Units on time coordinates can be lost after certain xarray operations (e.g. xr.dot); if this happens, re-attach them with .assign_coords(time=...).


Typical analysis flow

SNIRF file
    │ cedalion.io.read_snirf()
    ▼
Recording (rec)
    │ rec["amp"] = amplitude DataArray
    │
    ├─ Quality assessment ──────────────────────► rec.masks["sci"], ["snr"], …
    │  cedalion.sigproc.quality
    │
    ├─ Amplitude → OD ─────────────────────────► rec["od"]
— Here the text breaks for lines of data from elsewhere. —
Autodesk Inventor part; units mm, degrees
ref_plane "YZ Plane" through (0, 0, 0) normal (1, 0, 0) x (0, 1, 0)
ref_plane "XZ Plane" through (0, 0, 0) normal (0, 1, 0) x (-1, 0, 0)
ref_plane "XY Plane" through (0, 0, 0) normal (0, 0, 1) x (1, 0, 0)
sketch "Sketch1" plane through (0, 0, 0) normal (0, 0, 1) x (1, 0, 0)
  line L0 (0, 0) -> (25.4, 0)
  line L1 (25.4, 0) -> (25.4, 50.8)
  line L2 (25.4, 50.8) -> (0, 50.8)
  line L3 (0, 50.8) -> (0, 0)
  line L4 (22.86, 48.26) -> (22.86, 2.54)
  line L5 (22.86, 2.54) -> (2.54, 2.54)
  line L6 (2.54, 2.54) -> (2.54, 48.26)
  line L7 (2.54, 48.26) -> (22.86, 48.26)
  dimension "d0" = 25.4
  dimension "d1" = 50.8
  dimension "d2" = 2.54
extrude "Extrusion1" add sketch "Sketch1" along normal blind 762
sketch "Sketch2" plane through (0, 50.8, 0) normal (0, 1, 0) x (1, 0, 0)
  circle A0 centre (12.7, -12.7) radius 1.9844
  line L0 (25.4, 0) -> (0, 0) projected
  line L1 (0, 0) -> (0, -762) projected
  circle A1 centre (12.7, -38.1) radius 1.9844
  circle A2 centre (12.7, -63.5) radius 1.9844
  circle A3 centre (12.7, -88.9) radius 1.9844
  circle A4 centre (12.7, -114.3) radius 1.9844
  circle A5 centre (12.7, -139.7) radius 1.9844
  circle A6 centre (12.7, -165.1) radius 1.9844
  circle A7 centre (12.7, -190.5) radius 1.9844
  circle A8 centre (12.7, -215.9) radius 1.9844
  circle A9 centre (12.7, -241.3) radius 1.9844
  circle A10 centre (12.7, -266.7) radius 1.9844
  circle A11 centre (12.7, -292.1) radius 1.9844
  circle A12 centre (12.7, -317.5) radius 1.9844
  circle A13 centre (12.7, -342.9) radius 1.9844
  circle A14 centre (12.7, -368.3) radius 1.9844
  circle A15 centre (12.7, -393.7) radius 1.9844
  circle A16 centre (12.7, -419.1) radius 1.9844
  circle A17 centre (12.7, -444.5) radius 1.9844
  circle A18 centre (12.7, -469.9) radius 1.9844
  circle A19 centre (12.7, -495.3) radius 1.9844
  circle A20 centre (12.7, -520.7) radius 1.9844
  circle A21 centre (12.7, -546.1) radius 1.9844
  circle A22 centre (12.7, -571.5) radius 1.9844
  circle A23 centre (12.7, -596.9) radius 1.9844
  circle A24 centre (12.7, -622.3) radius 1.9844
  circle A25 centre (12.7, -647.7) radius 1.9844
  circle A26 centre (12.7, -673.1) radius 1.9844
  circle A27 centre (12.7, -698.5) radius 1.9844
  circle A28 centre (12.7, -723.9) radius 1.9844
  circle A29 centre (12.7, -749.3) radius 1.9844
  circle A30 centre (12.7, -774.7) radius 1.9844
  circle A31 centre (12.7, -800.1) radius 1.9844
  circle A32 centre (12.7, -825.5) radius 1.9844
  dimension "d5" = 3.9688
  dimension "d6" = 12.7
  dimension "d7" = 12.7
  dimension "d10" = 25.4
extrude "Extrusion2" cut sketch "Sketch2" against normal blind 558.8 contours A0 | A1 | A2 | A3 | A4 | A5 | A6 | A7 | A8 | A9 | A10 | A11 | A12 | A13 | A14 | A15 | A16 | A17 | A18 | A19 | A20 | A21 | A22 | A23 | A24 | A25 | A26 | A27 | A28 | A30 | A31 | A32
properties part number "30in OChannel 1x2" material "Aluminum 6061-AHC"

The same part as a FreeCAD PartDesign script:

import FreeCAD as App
import Part
import Sketcher

V = App.Vector
Q = App.Units.Quantity

doc = App.newDocument("Part")
body = doc.addObject("PartDesign::Body", "Body")

# Sketch on XY plane
sketch1 = body.newObject("Sketcher::SketchObject", "Sketch")
sketch1.AttachmentSupport = (doc.getObject("XY_Plane"), [""])
sketch1.MapMode = "FlatFace"
sketch1.addGeometry([
    Part.LineSegment(V(0, 51, 0), V(0, 0, 0)),  # 0
    Part.LineSegment(V(0, 0, 0), V(25, 0, 0)),  # 1
    Part.LineSegment(V(25, 0, 0), V(25, 51, 0)),  # 2
    Part.LineSegment(V(25, 51, 0), V(0, 51, 0)),  # 3
    Part.LineSegment(V(3, 48, 0), V(23, 48, 0)),  # 4
    Part.LineSegment(V(23, 48, 0), V(23, 3, 0)),  # 5
    Part.LineSegment(V(23, 3, 0), V(3, 3, 0)),  # 6
    Part.LineSegment(V(3, 3, 0), V(3, 48, 0)),  # 7
], False)
sketch1.addConstraint([
    Sketcher.Constraint("Coincident", 0, 2, 1, 1),
    Sketcher.Constraint("Coincident", 1, 2, 2, 1),
    Sketcher.Constraint("Coincident", 2, 2, 3, 1),
    Sketcher.Constraint("Coincident", 3, 2, 0, 1),
    Sketcher.Constraint("Coincident", 4, 2, 5, 1),
    Sketcher.Constraint("Coincident", 5, 2, 6, 1),
    Sketcher.Constraint("Coincident", 6, 2, 7, 1),
    Sketcher.Constraint("Coincident", 7, 2, 4, 1),
    Sketcher.Constraint("Vertical", 0),
    Sketcher.Constraint("Horizontal", 1),
    Sketcher.Constraint("Vertical", 2),
    Sketcher.Constraint("Horizontal", 3),
    Sketcher.Constraint("Horizontal", 4),
    Sketcher.Constraint("Vertical", 5),
    Sketcher.Constraint("Horizontal", 6),
    Sketcher.Constraint("Vertical", 7),
    Sketcher.Constraint("Coincident", 0, 2, -1, 1),
    Sketcher.Constraint("DistanceX", 1, 1, 1, 2, Q("1 in")),
    Sketcher.Constraint("DistanceY", 0, 2, 0, 1, Q("2 in")),
    Sketcher.Constraint("DistanceY", -1, 1, 5, 2, Q("0.1 in")),
    Sketcher.Constraint("DistanceX", -1, 1, 6, 2, Q("0.1 in")),
    Sketcher.Constraint("DistanceX", 4, 2, 2, 2, Q("0.1 in")),
    Sketcher.Constraint("DistanceY", 4, 2, 2, 2, Q("0.1 in")),
])
pad1 = body.newObject("PartDesign::Pad", "Pad")
pad1.Profile = sketch1
pad1.Length = Q("30 in")

# Sketch on XZ plane
sketch2 = body.newObject("Sketcher::SketchObject", "Sketch001")
sketch2.AttachmentSupport = (doc.getObject("XZ_Plane"), [""])
sketch2.MapMode = "FlatFace"
sketch2.AttachmentOffset = App.Placement(V(0, 0, -2 * 25.4), App.Rotation())
sketch2.addGeometry([
    Part.Circle(V(12.7, 12.7, 0), V(0, 0, 1), 2),  # 0
    Part.Circle(V(12.7, 38.1, 0), V(0, 0, 1), 2),  # 1
    Part.Circle(V(12.7, 63.5, 0), V(0, 0, 1), 2),  # 2
    Part.Circle(V(12.7, 88.9, 0), V(0, 0, 1), 2),  # 3
    Part.Circle(V(12.7, 114.3, 0), V(0, 0, 1), 2),  # 4
    Part.Circle(V(12.7, 139.7, 0), V(0, 0, 1), 2),  # 5
    Part.Circle(V(12.7, 165.1, 0), V(0, 0, 1), 2),  # 6
    Part.Circle(V(12.7, 190.5, 0), V(0, 0, 1), 2),  # 7
    Part.Circle(V(12.7, 215.9, 0), V(0, 0, 1), 2),  # 8
    Part.Circle(V(12.7, 241.3, 0), V(0, 0, 1), 2),  # 9
    Part.Circle(V(12.7, 266.7, 0), V(0, 0, 1), 2),  # 10
    Part.Circle(V(12.7, 292.1, 0), V(0, 0, 1), 2),  # 11
    Part.Circle(V(12.7, 317.5, 0), V(0, 0, 1), 2),  # 12
    Part.Circle(V(12.7, 342.9, 0), V(0, 0, 1), 2),  # 13
    Part.Circle(V(12.7, 368.3, 0), V(0, 0, 1), 2),  # 14
    Part.Circle(V(12.7, 393.7, 0), V(0, 0, 1), 2),  # 15
    Part.Circle(V(12.7, 419.1, 0), V(0, 0, 1), 2),  # 16
    Part.Circle(V(12.7, 444.5, 0), V(0, 0, 1), 2),  # 17
    Part.Circle(V(12.7, 469.9, 0), V(0, 0, 1), 2),  # 18
    Part.Circle(V(12.7, 495.3, 0), V(0, 0, 1), 2),  # 19
    Part.Circle(V(12.7, 520.7, 0), V(0, 0, 1), 2),  # 20
    Part.Circle(V(12.7, 546.1, 0), V(0, 0, 1), 2),  # 21
    Part.Circle(V(12.7, 571.5, 0), V(0, 0, 1), 2),  # 22
    Part.Circle(V(12.7, 596.9, 0), V(0, 0, 1), 2),  # 23
    Part.Circle(V(12.7, 622.3, 0), V(0, 0, 1), 2),  # 24
    Part.Circle(V(12.7, 647.7, 0), V(0, 0, 1), 2),  # 25
    Part.Circle(V(12.7, 673.1, 0), V(0, 0, 1), 2),  # 26
    Part.Circle(V(12.7, 698.5, 0), V(0, 0, 1), 2),  # 27
    Part.Circle(V(12.7, 723.9, 0), V(0, 0, 1), 2),  # 28
    Part.Circle(V(12.7, 774.7, 0), V(0, 0, 1), 2),  # 29
    Part.Circle(V(12.7, 800.1, 0), V(0, 0, 1), 2),  # 30
    Part.Circle(V(12.7, 825.5, 0), V(0, 0, 1), 2),  # 31
], False)
sketch2.addConstraint([
    Sketcher.Constraint("Equal", 0, 1),
    Sketcher.Constraint("Equal", 1, 2),
    Sketcher.Constraint("Equal", 2, 3),
    Sketcher.Constraint("Equal", 3, 4),
    Sketcher.Constraint("Equal", 4, 5),
    Sketcher.Constraint("Equal", 5, 6),
    Sketcher.Constraint("Equal", 6, 7),
    Sketcher.Constraint("Equal", 7, 8),
    Sketcher.Constraint("Equal", 8, 9),
    Sketcher.Constraint("Equal", 9, 10),
    Sketcher.Constraint("Equal", 10, 11),
    Sketcher.Constraint("Equal", 11, 12),
    Sketcher.Constraint("Equal", 12, 13),
    Sketcher.Constraint("Equal", 13, 14),
    Sketcher.Constraint("Equal", 14, 15),
    Sketcher.Constraint("Equal", 15, 16),
    Sketcher.Constraint("Equal", 16, 17),
    Sketcher.Constraint("Equal", 17, 18),
    Sketcher.Constraint("Equal", 18, 19),
    Sketcher.Constraint("Equal", 19, 20),
    Sketcher.Constraint("Equal", 20, 21),
    Sketcher.Constraint("Equal", 21, 22),
    Sketcher.Constraint("Equal", 22, 23),
    Sketcher.Constraint("Equal", 23, 24),
    Sketcher.Constraint("Equal", 24, 25),
    Sketcher.Constraint("Equal", 25, 26),
    Sketcher.Constraint("Equal", 26, 27),
    Sketcher.Constraint("Equal", 27, 28),
    Sketcher.Constraint("Equal", 28, 29),
    Sketcher.Constraint("Equal", 29, 30),
    Sketcher.Constraint("Equal", 30, 31),
    Sketcher.Constraint("Vertical", 0, 3, 1, 3),
    Sketcher.Constraint("Vertical", 1, 3, 2, 3),
    Sketcher.Constraint("Vertical", 2, 3, 3, 3),
    Sketcher.Constraint("Vertical", 3, 3, 4, 3),
    Sketcher.Constraint("Vertical", 4, 3, 5, 3),
    Sketcher.Constraint("Vertical", 5, 3, 6, 3),
    Sketcher.Constraint("Vertical", 6, 3, 7, 3),
    Sketcher.Constraint("Vertical", 7, 3, 8, 3),
    Sketcher.Constraint("Vertical", 8, 3, 9, 3),
    Sketcher.Constraint("Vertical", 9, 3, 10, 3),
    Sketcher.Constraint("Vertical", 10, 3, 11, 3),
    Sketcher.Constraint("Vertical", 11, 3, 12, 3),
    Sketcher.Constraint("Vertical", 12, 3, 13, 3),
    Sketcher.Constraint("Vertical", 13, 3, 14, 3),
    Sketcher.Constraint("Vertical", 14, 3, 15, 3),
    Sketcher.Constraint("Vertical", 15, 3, 16, 3),
    Sketcher.Constraint("Vertical", 16, 3, 17, 3),
    Sketcher.Constraint("Vertical", 17, 3, 18, 3),
    Sketcher.Constraint("Vertical", 18, 3, 19, 3),
    Sketcher.Constraint("Vertical", 19, 3, 20, 3),
    Sketcher.Constraint("Vertical", 20, 3, 21, 3),
    Sketcher.Constraint("Vertical", 21, 3, 22, 3),
    Sketcher.Constraint("Vertical", 22, 3, 23, 3),
    Sketcher.Constraint("Vertical", 23, 3, 24, 3),
    Sketcher.Constraint("Vertical", 24, 3, 25, 3),
    Sketcher.Constraint("Vertical", 25, 3, 26, 3),
    Sketcher.Constraint("Vertical", 26, 3, 27, 3),
    Sketcher.Constraint("Vertical", 27, 3, 28, 3),
    Sketcher.Constraint("Vertical", 28, 3, 29, 3),
    Sketcher.Constraint("Vertical", 29, 3, 30, 3),
    Sketcher.Constraint("Vertical", 30, 3, 31, 3),
    Sketcher.Constraint("Diameter", 0, Q("0.156252 in")),
    Sketcher.Constraint("DistanceY", 0, 3, 1, 3, Q("1 in")),
    Sketcher.Constraint("DistanceY", 1, 3, 2, 3, Q("1 in")),
    Sketcher.Constraint("DistanceY", 2, 3, 3, 3, Q("1 in")),
    Sketcher.Constraint("DistanceY", 3, 3, 4, 3, Q("1 in")),
    Sketcher.Constraint("DistanceY", 4, 3, 5, 3, Q("1 in")),
    Sketcher.Constraint("DistanceY", 5, 3, 6, 3, Q("1 in")),
    Sketcher.Constraint("DistanceY", 6, 3, 7, 3, Q("1 in")),
    Sketcher.Constraint("DistanceY", 7, 3, 8, 3, Q("1 in")),
    Sketcher.Constraint("DistanceY", 8, 3, 9, 3, Q("1 in")),
    Sketcher.Constraint("DistanceY", 9, 3, 10, 3, Q("1 in")),
    Sketcher.Constraint("DistanceY", 10, 3, 11, 3, Q("1 in")),
    Sketcher.Constraint("DistanceY", 11, 3, 12, 3, Q("1 in")),
    Sketcher.Constraint("DistanceY", 12, 3, 13, 3, Q("1 in")),
    Sketcher.Constraint("DistanceY", 13, 3, 14, 3, Q("1 in")),
    Sketcher.Constraint("DistanceY", 14, 3, 15, 3, Q("1 in")),
    Sketcher.Constraint("DistanceY", 15, 3, 16, 3, Q("1 in")),
    Sketcher.Constraint("DistanceY", 16, 3, 17, 3, Q("1 in")),
    Sketcher.Constraint("DistanceY", 17, 3, 18, 3, Q("1 in")),
    Sketcher.Constraint("DistanceY", 18, 3, 19, 3, Q("1 in")),
    Sketcher.Constraint("DistanceY", 19, 3, 20, 3, Q("1 in")),
    Sketcher.Constraint("DistanceY", 20, 3, 21, 3, Q("1 in")),
    Sketcher.Constraint("DistanceY", 21, 3, 22, 3, Q("1 in")),
    Sketcher.Constraint("DistanceY", 22, 3, 23, 3, Q("1 in")),
    Sketcher.Constraint("DistanceY", 23, 3, 24, 3, Q("1 in")),
    Sketcher.Constraint("DistanceY", 24, 3, 25, 3, Q("1 in")),
    Sketcher.Constraint("DistanceY", 25, 3, 26, 3, Q("1 in")),
    Sketcher.Constraint("DistanceY", 26, 3, 27, 3, Q("1 in")),
    Sketcher.Constraint("DistanceY", 27, 3, 28, 3, Q("1 in")),
    Sketcher.Constraint("DistanceY", 29, 3, 30, 3, Q("1 in")),
    Sketcher.Constraint("DistanceY", 30, 3, 31, 3, Q("1 in")),
    Sketcher.Constraint("DistanceX", -1, 1, 0, 3, Q("0.5 in")),
    Sketcher.Constraint("DistanceY", -1, 1, 0, 3, Q("0.5 in")),
    Sketcher.Constraint("DistanceY", 28, 3, 29, 3, Q("2 in")),
])
pocket1 = body.newObject("PartDesign::Pocket", "Pocket")
pocket1.Profile = sketch2
pocket1.Length = Q("22 in")
pocket1.Reversed = True

doc.recompute()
    │  cedalion.nirs.cw.int2od()
    │
    ├─ Motion artefact correction ──────────────► rec["od"] (corrected)
    │  cedalion.sigproc.motion
    │
    ├─ Temporal filtering ──────────────────────► rec["od"] (filtered)
    │  cedalion.sigproc.frequency
    │
    ├─ OD → concentration (mBLL) ───────────────► rec["conc"]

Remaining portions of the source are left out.